RIGHT! Im looking to lose weight, i plan on going to the gym but ive been told that using *UNEXO Ephedrine *in safe moderation will help me and give posative results

as im unsure about the stuff im abit warey of using it so i would greatly appreciate anyone who could post up any info in here for me

for example: is it safe?, when and how many should you take? how long should you take them for? and anything else which might be of useful information

Many regards,

Brian.


----------



## brownie (Jul 6, 2006)

mate you should have posted this in the steroid section,.. 

and to be honest most people are going to tell you there is no magic pill for loosing wieght.. diet and cardio is the only real answer..
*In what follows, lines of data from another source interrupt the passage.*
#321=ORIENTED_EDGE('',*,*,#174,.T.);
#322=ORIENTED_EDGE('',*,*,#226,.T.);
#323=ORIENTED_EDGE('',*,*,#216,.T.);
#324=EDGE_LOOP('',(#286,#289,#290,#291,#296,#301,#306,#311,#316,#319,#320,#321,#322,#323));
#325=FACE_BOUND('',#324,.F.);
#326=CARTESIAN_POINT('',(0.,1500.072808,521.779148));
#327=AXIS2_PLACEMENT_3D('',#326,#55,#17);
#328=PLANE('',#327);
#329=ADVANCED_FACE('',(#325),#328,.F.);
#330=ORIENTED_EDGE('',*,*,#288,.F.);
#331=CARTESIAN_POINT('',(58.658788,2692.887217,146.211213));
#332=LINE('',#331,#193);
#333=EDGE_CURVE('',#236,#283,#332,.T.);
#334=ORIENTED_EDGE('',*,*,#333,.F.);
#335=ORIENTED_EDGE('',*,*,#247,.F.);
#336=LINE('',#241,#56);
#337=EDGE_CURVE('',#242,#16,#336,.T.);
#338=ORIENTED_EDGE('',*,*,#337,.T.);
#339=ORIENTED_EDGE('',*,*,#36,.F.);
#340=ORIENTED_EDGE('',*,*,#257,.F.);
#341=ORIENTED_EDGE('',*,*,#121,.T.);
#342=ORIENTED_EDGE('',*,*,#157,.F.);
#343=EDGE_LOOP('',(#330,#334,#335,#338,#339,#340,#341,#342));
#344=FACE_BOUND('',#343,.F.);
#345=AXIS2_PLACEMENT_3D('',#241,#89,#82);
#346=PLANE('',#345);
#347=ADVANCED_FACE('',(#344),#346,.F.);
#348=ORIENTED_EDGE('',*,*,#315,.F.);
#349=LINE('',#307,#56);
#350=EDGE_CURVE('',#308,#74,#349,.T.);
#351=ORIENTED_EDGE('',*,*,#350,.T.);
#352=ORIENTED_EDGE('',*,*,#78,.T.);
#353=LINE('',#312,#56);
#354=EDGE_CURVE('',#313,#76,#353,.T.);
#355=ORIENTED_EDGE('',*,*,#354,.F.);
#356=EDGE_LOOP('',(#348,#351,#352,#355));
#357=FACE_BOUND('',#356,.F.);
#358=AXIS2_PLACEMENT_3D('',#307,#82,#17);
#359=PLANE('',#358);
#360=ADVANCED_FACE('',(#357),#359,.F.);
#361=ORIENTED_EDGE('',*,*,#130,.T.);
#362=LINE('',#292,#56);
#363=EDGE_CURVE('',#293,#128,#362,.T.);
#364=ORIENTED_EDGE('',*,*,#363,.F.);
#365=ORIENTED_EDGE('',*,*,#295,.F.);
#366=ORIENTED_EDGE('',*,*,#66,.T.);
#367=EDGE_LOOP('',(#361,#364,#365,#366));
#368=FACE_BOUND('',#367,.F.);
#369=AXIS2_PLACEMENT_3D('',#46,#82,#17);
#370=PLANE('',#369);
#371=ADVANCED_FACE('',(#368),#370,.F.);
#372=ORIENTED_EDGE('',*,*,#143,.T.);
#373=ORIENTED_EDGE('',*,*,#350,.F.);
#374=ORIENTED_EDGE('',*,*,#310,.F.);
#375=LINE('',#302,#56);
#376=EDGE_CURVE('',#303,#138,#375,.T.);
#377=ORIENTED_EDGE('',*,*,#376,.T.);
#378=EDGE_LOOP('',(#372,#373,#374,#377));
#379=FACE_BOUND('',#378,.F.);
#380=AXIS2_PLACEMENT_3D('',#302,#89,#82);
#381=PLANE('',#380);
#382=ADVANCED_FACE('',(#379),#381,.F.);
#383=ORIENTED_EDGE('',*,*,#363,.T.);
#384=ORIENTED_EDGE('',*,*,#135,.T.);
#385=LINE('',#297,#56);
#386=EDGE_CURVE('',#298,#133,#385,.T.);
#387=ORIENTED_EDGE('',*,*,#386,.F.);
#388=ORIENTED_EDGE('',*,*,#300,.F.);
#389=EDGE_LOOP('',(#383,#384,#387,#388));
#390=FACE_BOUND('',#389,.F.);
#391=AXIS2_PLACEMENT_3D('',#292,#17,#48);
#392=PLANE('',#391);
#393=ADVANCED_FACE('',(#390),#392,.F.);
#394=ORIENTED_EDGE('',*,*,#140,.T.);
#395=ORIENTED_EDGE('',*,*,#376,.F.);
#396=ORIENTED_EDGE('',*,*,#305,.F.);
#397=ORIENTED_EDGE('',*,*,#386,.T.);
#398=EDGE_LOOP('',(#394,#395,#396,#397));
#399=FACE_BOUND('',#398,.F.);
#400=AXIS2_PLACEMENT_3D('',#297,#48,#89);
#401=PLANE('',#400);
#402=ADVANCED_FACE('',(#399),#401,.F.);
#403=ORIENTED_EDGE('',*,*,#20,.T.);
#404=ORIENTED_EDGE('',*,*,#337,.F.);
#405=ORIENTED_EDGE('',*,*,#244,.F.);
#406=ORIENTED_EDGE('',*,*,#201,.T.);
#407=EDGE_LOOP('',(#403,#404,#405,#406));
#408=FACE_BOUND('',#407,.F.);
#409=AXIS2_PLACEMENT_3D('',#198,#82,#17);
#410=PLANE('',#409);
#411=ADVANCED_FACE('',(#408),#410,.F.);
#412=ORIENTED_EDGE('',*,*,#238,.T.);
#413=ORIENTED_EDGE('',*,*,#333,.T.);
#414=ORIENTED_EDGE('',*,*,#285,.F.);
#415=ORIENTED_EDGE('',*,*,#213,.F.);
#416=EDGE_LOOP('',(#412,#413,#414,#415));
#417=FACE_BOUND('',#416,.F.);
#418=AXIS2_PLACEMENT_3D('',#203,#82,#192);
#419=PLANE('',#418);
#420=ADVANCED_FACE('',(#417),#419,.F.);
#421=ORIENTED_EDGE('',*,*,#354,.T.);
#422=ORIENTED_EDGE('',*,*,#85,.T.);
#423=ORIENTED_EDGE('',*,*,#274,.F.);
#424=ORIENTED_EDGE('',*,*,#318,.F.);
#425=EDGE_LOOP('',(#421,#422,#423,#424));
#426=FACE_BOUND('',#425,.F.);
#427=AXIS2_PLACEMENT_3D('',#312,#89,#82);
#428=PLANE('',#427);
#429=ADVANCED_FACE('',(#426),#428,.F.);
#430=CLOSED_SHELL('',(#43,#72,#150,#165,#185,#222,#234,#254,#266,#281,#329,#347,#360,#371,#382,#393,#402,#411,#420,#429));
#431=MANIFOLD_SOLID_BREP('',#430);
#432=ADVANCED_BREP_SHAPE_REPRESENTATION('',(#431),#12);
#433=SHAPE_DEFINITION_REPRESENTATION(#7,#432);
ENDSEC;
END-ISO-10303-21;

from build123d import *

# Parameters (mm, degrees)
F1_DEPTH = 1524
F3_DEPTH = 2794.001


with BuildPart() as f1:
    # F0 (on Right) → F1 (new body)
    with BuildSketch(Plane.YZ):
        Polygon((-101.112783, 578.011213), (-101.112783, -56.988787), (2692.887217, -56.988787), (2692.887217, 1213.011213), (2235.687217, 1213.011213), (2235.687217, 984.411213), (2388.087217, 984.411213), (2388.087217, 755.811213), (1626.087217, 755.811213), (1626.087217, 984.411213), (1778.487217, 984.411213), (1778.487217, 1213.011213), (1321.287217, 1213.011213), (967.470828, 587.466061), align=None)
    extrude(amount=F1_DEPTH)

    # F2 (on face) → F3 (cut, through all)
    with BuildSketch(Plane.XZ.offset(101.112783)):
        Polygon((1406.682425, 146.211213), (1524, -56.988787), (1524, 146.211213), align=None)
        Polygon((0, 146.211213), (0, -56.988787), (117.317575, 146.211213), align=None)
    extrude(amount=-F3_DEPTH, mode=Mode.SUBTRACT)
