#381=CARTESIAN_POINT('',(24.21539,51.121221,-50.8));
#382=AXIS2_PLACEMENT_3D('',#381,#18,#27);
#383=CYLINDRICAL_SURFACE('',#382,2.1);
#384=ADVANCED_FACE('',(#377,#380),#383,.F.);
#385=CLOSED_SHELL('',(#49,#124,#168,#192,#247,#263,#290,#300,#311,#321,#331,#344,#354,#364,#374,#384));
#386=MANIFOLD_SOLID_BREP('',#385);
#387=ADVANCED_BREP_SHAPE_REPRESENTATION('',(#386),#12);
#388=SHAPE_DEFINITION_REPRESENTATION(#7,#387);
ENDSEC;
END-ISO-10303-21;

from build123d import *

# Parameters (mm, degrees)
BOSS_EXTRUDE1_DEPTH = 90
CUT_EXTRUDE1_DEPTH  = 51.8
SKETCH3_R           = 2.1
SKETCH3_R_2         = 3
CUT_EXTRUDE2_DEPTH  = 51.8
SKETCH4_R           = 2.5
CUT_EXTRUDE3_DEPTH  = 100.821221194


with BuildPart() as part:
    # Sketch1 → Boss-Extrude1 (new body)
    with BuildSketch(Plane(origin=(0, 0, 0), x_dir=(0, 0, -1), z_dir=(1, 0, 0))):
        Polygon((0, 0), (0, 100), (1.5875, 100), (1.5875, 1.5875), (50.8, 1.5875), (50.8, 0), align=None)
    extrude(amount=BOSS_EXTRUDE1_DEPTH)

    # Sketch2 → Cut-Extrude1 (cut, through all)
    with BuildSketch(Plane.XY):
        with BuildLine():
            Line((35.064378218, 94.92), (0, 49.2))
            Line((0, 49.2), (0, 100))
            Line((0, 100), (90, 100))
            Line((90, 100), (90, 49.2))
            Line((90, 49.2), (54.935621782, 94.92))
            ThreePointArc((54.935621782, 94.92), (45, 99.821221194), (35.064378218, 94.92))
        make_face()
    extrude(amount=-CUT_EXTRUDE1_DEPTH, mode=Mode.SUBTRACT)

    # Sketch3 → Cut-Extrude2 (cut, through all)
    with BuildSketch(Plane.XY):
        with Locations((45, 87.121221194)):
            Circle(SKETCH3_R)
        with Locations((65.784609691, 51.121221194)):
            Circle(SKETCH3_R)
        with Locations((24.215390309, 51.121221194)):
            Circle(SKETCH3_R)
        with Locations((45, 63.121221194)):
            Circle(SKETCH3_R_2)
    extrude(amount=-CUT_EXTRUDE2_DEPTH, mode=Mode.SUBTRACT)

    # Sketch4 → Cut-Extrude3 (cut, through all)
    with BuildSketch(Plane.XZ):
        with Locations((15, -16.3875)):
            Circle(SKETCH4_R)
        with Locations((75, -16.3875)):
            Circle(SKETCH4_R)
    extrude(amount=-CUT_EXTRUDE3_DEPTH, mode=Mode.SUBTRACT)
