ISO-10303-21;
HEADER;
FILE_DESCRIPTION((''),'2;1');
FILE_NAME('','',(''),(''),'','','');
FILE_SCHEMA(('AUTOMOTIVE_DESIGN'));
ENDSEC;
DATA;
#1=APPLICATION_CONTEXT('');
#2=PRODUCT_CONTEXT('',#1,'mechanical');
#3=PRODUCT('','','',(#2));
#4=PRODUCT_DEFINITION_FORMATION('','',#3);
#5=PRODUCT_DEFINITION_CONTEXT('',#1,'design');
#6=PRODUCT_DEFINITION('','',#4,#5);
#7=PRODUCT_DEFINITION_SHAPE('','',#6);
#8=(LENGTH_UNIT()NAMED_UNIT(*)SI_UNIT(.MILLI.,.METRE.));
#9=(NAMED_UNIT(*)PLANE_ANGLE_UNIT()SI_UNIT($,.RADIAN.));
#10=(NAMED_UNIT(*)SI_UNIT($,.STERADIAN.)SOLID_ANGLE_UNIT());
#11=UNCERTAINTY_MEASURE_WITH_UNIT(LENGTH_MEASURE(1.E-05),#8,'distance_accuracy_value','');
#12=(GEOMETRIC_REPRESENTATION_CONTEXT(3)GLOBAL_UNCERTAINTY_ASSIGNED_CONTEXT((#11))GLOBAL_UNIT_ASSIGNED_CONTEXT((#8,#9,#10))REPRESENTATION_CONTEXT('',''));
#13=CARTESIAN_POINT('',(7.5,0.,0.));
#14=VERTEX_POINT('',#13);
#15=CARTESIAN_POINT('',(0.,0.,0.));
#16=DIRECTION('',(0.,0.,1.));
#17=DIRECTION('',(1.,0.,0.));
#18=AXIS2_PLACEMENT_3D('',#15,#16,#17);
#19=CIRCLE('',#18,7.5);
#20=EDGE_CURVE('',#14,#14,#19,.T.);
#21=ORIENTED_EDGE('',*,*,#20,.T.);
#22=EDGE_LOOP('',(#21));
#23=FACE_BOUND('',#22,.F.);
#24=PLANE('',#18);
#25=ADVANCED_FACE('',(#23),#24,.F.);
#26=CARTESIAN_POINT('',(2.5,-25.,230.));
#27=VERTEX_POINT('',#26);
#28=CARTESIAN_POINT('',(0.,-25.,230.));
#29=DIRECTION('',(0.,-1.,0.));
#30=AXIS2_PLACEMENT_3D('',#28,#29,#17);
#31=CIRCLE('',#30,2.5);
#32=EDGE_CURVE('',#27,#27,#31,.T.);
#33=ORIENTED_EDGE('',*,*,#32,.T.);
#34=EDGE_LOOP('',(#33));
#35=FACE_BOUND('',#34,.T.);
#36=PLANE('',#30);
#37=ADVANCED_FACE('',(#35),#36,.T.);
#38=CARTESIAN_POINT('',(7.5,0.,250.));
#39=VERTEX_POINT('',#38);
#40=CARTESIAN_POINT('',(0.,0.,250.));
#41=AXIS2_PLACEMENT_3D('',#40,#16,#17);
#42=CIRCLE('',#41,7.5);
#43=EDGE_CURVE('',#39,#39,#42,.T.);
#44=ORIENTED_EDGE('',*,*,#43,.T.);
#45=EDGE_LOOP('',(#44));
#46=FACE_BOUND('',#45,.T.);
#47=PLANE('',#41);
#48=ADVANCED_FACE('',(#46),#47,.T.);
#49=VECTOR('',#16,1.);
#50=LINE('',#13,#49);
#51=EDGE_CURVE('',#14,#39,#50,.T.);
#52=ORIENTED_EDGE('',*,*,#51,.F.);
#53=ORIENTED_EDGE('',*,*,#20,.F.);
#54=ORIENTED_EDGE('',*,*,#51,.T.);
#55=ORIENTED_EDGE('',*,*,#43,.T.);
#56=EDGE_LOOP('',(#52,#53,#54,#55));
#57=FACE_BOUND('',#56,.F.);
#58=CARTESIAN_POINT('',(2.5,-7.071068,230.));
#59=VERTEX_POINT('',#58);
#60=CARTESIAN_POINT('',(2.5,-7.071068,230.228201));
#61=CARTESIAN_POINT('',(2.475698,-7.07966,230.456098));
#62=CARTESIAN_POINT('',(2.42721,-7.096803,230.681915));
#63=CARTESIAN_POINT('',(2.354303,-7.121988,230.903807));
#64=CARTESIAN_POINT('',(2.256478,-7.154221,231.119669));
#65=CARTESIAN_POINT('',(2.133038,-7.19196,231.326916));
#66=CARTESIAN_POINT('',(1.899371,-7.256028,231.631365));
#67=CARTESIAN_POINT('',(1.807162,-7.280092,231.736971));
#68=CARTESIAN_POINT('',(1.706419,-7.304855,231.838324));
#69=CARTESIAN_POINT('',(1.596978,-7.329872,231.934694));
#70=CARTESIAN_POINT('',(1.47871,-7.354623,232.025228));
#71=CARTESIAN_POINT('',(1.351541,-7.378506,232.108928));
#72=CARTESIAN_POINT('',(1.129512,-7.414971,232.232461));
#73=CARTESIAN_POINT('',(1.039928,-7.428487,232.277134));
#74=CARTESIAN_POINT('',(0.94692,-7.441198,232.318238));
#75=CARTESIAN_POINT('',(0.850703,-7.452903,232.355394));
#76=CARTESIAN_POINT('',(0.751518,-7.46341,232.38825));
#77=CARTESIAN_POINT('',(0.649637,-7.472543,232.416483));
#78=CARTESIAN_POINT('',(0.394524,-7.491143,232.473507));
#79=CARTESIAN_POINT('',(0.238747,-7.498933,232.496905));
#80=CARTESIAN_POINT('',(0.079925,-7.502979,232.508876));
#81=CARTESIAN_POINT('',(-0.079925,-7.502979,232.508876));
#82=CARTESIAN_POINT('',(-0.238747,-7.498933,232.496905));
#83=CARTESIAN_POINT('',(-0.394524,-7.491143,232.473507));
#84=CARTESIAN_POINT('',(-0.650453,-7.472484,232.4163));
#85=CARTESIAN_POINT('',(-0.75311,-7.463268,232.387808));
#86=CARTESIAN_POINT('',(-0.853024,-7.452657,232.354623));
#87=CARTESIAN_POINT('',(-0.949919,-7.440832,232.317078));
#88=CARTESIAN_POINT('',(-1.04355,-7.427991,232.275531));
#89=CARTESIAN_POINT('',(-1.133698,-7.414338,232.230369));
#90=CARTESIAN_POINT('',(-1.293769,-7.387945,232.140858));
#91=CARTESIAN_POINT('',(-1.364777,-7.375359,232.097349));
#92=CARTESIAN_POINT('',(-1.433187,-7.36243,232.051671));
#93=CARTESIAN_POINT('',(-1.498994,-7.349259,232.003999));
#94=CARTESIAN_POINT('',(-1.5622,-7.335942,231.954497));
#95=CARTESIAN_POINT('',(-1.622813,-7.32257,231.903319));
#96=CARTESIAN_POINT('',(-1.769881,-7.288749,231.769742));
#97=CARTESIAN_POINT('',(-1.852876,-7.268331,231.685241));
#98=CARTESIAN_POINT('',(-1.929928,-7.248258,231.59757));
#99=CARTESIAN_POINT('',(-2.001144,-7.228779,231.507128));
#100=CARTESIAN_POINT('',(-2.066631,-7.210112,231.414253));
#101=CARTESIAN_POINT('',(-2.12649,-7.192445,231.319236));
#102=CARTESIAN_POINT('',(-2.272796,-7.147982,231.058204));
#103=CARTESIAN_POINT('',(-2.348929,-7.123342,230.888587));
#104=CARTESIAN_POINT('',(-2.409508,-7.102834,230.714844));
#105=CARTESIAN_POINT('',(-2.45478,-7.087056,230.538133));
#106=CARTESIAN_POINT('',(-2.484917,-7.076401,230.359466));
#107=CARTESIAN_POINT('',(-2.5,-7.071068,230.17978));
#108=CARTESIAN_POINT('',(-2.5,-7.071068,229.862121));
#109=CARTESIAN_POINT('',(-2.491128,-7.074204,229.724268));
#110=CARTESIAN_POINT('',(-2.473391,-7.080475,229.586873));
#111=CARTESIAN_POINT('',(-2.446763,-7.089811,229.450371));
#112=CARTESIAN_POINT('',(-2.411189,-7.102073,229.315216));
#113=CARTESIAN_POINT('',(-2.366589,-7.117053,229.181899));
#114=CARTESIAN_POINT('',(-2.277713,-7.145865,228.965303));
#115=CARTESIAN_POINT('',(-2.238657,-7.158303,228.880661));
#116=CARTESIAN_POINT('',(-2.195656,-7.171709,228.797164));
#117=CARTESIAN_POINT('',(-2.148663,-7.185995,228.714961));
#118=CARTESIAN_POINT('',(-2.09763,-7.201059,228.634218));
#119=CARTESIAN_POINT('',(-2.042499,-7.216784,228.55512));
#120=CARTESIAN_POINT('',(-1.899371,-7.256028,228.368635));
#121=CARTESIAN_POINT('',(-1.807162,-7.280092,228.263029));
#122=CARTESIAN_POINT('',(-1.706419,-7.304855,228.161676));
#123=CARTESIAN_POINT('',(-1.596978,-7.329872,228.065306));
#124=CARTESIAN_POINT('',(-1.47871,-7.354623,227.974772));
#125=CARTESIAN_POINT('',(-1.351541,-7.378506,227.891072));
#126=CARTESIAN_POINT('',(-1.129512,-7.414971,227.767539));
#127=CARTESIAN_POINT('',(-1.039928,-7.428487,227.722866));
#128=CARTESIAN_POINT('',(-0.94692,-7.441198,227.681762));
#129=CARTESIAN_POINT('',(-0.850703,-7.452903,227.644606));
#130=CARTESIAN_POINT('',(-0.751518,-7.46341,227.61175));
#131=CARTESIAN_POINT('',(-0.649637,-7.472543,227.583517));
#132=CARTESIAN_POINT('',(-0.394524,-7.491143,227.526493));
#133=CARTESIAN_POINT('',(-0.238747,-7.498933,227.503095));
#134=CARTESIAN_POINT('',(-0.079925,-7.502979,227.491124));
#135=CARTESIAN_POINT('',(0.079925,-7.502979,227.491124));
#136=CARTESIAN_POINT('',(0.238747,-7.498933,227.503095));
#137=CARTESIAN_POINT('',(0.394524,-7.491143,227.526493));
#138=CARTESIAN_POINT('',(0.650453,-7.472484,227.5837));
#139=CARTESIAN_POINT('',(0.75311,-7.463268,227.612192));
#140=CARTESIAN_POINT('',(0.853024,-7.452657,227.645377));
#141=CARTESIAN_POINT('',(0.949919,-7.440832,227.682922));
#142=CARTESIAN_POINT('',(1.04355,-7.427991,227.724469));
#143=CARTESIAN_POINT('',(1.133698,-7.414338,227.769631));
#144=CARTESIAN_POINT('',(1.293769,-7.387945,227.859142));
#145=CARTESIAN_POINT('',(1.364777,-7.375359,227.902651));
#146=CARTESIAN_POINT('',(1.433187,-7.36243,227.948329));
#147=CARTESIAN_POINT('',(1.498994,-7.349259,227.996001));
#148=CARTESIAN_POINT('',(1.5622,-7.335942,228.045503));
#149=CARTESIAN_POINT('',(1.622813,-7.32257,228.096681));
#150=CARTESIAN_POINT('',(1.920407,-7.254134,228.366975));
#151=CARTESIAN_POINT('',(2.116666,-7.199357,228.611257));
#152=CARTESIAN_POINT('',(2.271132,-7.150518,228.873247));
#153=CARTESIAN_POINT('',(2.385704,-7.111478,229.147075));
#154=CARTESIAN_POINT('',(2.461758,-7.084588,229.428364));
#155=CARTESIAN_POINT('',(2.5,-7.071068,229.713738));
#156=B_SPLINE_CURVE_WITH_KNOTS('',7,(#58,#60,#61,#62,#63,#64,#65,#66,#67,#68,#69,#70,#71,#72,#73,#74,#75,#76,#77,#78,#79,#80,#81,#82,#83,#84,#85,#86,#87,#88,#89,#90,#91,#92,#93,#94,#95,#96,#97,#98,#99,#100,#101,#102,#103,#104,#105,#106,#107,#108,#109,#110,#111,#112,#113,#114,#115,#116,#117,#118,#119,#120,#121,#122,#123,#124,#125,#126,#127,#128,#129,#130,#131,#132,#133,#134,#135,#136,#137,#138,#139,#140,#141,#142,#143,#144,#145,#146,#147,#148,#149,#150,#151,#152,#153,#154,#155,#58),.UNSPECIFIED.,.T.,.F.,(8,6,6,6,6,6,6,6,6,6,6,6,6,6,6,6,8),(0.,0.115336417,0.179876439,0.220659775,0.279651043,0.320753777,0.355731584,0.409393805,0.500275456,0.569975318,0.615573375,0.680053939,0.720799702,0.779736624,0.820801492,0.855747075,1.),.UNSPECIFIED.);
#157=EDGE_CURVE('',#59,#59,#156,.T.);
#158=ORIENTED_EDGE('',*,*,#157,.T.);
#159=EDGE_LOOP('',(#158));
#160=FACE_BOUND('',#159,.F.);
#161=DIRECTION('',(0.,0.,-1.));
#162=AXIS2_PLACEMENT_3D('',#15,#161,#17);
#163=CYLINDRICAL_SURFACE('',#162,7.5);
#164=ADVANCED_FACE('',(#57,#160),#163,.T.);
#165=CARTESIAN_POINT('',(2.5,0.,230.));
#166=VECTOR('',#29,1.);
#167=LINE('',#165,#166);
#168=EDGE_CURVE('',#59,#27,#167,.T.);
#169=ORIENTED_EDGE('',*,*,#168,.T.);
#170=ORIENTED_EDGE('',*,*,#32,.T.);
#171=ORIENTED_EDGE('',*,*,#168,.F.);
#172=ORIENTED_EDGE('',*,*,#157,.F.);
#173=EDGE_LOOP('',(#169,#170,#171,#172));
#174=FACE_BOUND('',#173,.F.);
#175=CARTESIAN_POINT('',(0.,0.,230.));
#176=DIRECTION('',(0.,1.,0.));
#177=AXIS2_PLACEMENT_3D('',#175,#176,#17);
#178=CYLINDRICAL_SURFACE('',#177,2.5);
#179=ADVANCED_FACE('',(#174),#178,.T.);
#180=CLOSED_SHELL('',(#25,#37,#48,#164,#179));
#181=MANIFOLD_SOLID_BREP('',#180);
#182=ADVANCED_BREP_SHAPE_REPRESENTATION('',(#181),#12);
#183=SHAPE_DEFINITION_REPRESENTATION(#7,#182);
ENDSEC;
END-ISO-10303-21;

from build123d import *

# Parameters (mm, degrees)
F0_R     = 7.5
F1_DEPTH = 250
F2_R     = 2.5
F3_DEPTH = 25


with BuildPart() as f1:
    # F0 (on Top) → F1 (new body)
    with BuildSketch(Plane.XY):
        Circle(F0_R)
    extrude(amount=F1_DEPTH)

    # F2 (on Front) → F3 (join)
    with BuildSketch(Plane.XZ):
        with Locations((0, 230)):
            Circle(F2_R)
    extrude(amount=F3_DEPTH)


solid = f1.part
sorry mate if this is not the answer you were looking, for but it's true..


----------



## strongasanox (Mar 14, 2008)

brigo said:


> Hi there,
> 
> Im just new to this forum so i hope i've posted in the correct place, my appologies if i havent!
> 
> ...


as far as ephedrine goes this can help aswell but diet and training is key:thumbup1:

why dont you look up on some of the low carb diets mate, i have had success with a straight forward keto diet, lost neary 2 stone(alot of water was lost at first) i did find it started to effect my workouts a bit towards the end but ive managed to keep the weight off with a well thought out diet which includes carbs, so if your looking 4 an effective pretty fast weight loss method, the keto diet might do u some good(remember what works 4 1 person doesnt always work 4 another)


----------



## Scud (Oct 6, 2008)

Carb cycling is also a good way........


----------



## Geo (Apr 3, 2007)

As said above diet and cardio is key here, i see this time and time again. There are loads of people at my gym who are trying to lose weight and they hammer themselfs doing cardio, every night. These people never seem to lose weight because there diet is CRAP.

Now here's me walkng at a steady pace for 30-45mins depending on my goals, to lose a little bit of weight if i decide im not looking at lean as i should be. All this is also me changing my diet completly.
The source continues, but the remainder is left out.